The immunity agreement was oral and is somewhat lacking in
specificity. After the information was disclosed, Joseph
O'Sullivan, the then Reno County Attorney, wrote a letter to
Ehling summarizing the agreement as follows:
"This letter is a follow-up to numerous meetings
involving Randy Cabral, Det. Jake Koontz and you and
me regarding the above captioned case and other
matters. Principally, we discussed the matters listed
subsequently in this letter on February 9 and
February 16, 1979. At those meetings, we reached an
agreement on the disposition of the above captioned
case which is as follows.
"In exchange for information relating to the below
listed criminal offenses, the Reno County Attorneys
office will dismiss the matter entitled State v.
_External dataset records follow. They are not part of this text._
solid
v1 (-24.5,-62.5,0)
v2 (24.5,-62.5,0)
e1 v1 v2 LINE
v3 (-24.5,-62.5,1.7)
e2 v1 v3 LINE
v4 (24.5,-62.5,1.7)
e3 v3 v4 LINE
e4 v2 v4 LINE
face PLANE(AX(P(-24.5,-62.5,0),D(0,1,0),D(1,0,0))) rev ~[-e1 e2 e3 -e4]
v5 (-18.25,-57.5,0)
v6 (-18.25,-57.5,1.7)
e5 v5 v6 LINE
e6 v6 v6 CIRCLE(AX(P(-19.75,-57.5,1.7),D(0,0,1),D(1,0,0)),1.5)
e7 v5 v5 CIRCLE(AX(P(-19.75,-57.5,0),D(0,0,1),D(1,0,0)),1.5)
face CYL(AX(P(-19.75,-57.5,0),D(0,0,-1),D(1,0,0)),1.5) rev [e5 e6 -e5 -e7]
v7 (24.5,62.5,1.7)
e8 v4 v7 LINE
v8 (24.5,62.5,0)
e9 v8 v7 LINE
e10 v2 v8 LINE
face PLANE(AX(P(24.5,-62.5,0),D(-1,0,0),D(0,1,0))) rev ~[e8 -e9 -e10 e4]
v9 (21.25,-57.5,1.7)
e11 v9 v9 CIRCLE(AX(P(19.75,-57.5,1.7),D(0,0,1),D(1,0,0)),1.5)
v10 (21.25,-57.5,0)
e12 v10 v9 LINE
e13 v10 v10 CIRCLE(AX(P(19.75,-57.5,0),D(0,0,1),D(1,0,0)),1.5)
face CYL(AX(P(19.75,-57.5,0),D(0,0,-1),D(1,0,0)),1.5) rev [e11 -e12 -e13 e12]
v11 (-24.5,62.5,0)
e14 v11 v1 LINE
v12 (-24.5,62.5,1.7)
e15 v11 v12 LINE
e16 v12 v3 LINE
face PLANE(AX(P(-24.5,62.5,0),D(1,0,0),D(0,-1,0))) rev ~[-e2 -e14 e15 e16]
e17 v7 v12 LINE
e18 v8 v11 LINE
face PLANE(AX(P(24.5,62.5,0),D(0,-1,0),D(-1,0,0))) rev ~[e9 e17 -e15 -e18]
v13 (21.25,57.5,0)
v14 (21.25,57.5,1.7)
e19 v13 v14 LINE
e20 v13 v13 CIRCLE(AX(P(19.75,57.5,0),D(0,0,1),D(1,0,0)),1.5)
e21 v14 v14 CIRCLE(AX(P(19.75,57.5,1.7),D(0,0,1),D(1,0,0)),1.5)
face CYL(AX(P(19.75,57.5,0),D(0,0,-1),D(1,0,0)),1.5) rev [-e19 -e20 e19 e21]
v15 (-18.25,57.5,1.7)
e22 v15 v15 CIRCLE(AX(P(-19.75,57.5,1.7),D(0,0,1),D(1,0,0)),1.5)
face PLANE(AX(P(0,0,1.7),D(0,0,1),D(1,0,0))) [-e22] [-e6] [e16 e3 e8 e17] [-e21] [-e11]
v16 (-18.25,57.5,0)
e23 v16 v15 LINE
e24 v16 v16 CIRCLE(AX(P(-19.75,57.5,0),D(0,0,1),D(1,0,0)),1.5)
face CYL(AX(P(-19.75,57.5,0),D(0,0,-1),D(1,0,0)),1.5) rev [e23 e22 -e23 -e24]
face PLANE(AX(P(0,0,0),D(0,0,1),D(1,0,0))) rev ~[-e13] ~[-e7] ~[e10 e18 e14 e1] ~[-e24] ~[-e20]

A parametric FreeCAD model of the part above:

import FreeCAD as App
import Part
import Sketcher

V = App.Vector


def add_polygon(sketch, points):
    """Adds a closed chain of lines whose ends are joined by coincident constraints."""
    first, n = sketch.GeometryCount, len(points)
    for a, b in zip(points, points[1:] + points[:1]):
        sketch.addGeometry(Part.LineSegment(App.Vector(*a, 0), App.Vector(*b, 0)), False)
    for i in range(n):
        sketch.addConstraint(Sketcher.Constraint("Coincident", first + i, 2, first + (i + 1) % n, 1))

doc = App.newDocument("Part")
body = doc.addObject("PartDesign::Body", "Body")

# Sketch on XY plane
sketch1 = body.newObject("Sketcher::SketchObject", "Sketch")
sketch1.AttachmentSupport = (doc.getObject("XY_Plane"), [""])
sketch1.MapMode = "FlatFace"
add_polygon(sketch1, [(-24.5, 62.5), (-24.5, -62.5), (24.5, -62.5), (24.5, 62.5)])  # lines 0-3
sketch1.addGeometry(Part.Circle(V(-19.8, -57.5, 0), V(0, 0, 1), 1.5), False)  # 4
sketch1.addGeometry(Part.Circle(V(19.8, -57.5, 0), V(0, 0, 1), 1.5), False)  # 5
sketch1.addGeometry(Part.Circle(V(-19.8, 57.5, 0), V(0, 0, 1), 1.5), False)  # 6
sketch1.addGeometry(Part.Circle(V(19.8, 57.5, 0), V(0, 0, 1), 1.5), False)  # 7
sketch1.addConstraint([
    Sketcher.Constraint("Vertical", 0),
    Sketcher.Constraint("Horizontal", 1),
    Sketcher.Constraint("Vertical", 2),
    Sketcher.Constraint("Horizontal", 3),
    Sketcher.Constraint("Equal", 4, 5),
    Sketcher.Constraint("Equal", 5, 6),
    Sketcher.Constraint("Equal", 6, 7),
    Sketcher.Constraint("Symmetric", 5, 3, 6, 3, -1, 1),
    Sketcher.Constraint("Symmetric", 4, 3, 7, 3, -1, 1),
    Sketcher.Constraint("Symmetric", 0, 2, 2, 2, -1, 1),
    Sketcher.Constraint("Symmetric", 4, 3, 5, 3, -2),
    Sketcher.Constraint("Diameter", 4, 3.0),
    Sketcher.Constraint("DistanceX", 1, 1, 1, 2, 49.0),
    Sketcher.Constraint("DistanceY", 0, 2, 0, 1, 125.0),
    Sketcher.Constraint("DistanceY", 4, 3, 6, 3, 115.0),
    Sketcher.Constraint("DistanceX", 4, 3, 5, 3, 39.5),
])
pad1 = body.newObject("PartDesign::Pad", "Pad")
pad1.Profile = sketch1
pad1.Length = 1.7

doc.recompute()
Randall Cabral, 78CR 352 with prejudice. The County
Attorney further agrees not to refile the matter
concerning the Burglary of Stanley Liquor Store and
the assault of one Kathy Frazier. As a further part
of the agreement Randy Cabral is given immunity from
prosecution on any matter listed below and will not
be called as a prosecution witness at any time in any
proceeding relating to those offenses. It is
understood that Randy Cabral's name may be used in
affidavits associated with search warrants executed
for the return of stolen merchandise from the below
listed offenses. The matters which were discussed are
as follows: [listing of 22 burglaries and thefts]."
This letter, along with a handwritten note taken at the time
the immunity agreement was finalized, are the only documents from
which that agreement can be verified.
As we understand the record, Cabral has never been prosecuted
for any of the crimes disclosed and mentioned in the agreement,
nor has he been called upon to testify concerning any of the
matters stated. However, at the time of his sentencing for
aggravated kidnapping and rape in 1979, O'Sullivan told the
"Randy Cabral is no stranger to the courts> of Reno
County, Kansas, although he has only one prior felony
conviction. He was granted a parole; he did serve
time from the court, originally was paroled; went
back again; was paroled again and went back again and
finally flattened his time.
"As a juvenile he [had] an extensive record which
one of his trademarks when he burglarized a house was
to defecate in the middle of the house before he left
according to Lieutenant Johnson of the Police
"I can tell this court that as early as the spring
of 1979 Mr. Cabral had a felony possession of
marijuana complaint dismissed against him in exchange
for his cooperation in clearing 27 burglaries and
thefts. At that time it was discussed with him Mr.
Cabral, your slate is clean. You have immunity from
prosecution for any crime that you've committed. You
can start anew in this community. You can clear
everything because we're not going to prove it anyway
and he did his best; and the discussions were had at
that time that now it can be a new life if you want
"He then commits this crime which I think makes it
that much more reprehensible and considering the
background that he had and the time that he spent in
the penitentiary and the penalty he knows one faces
for committing crimes this still happened."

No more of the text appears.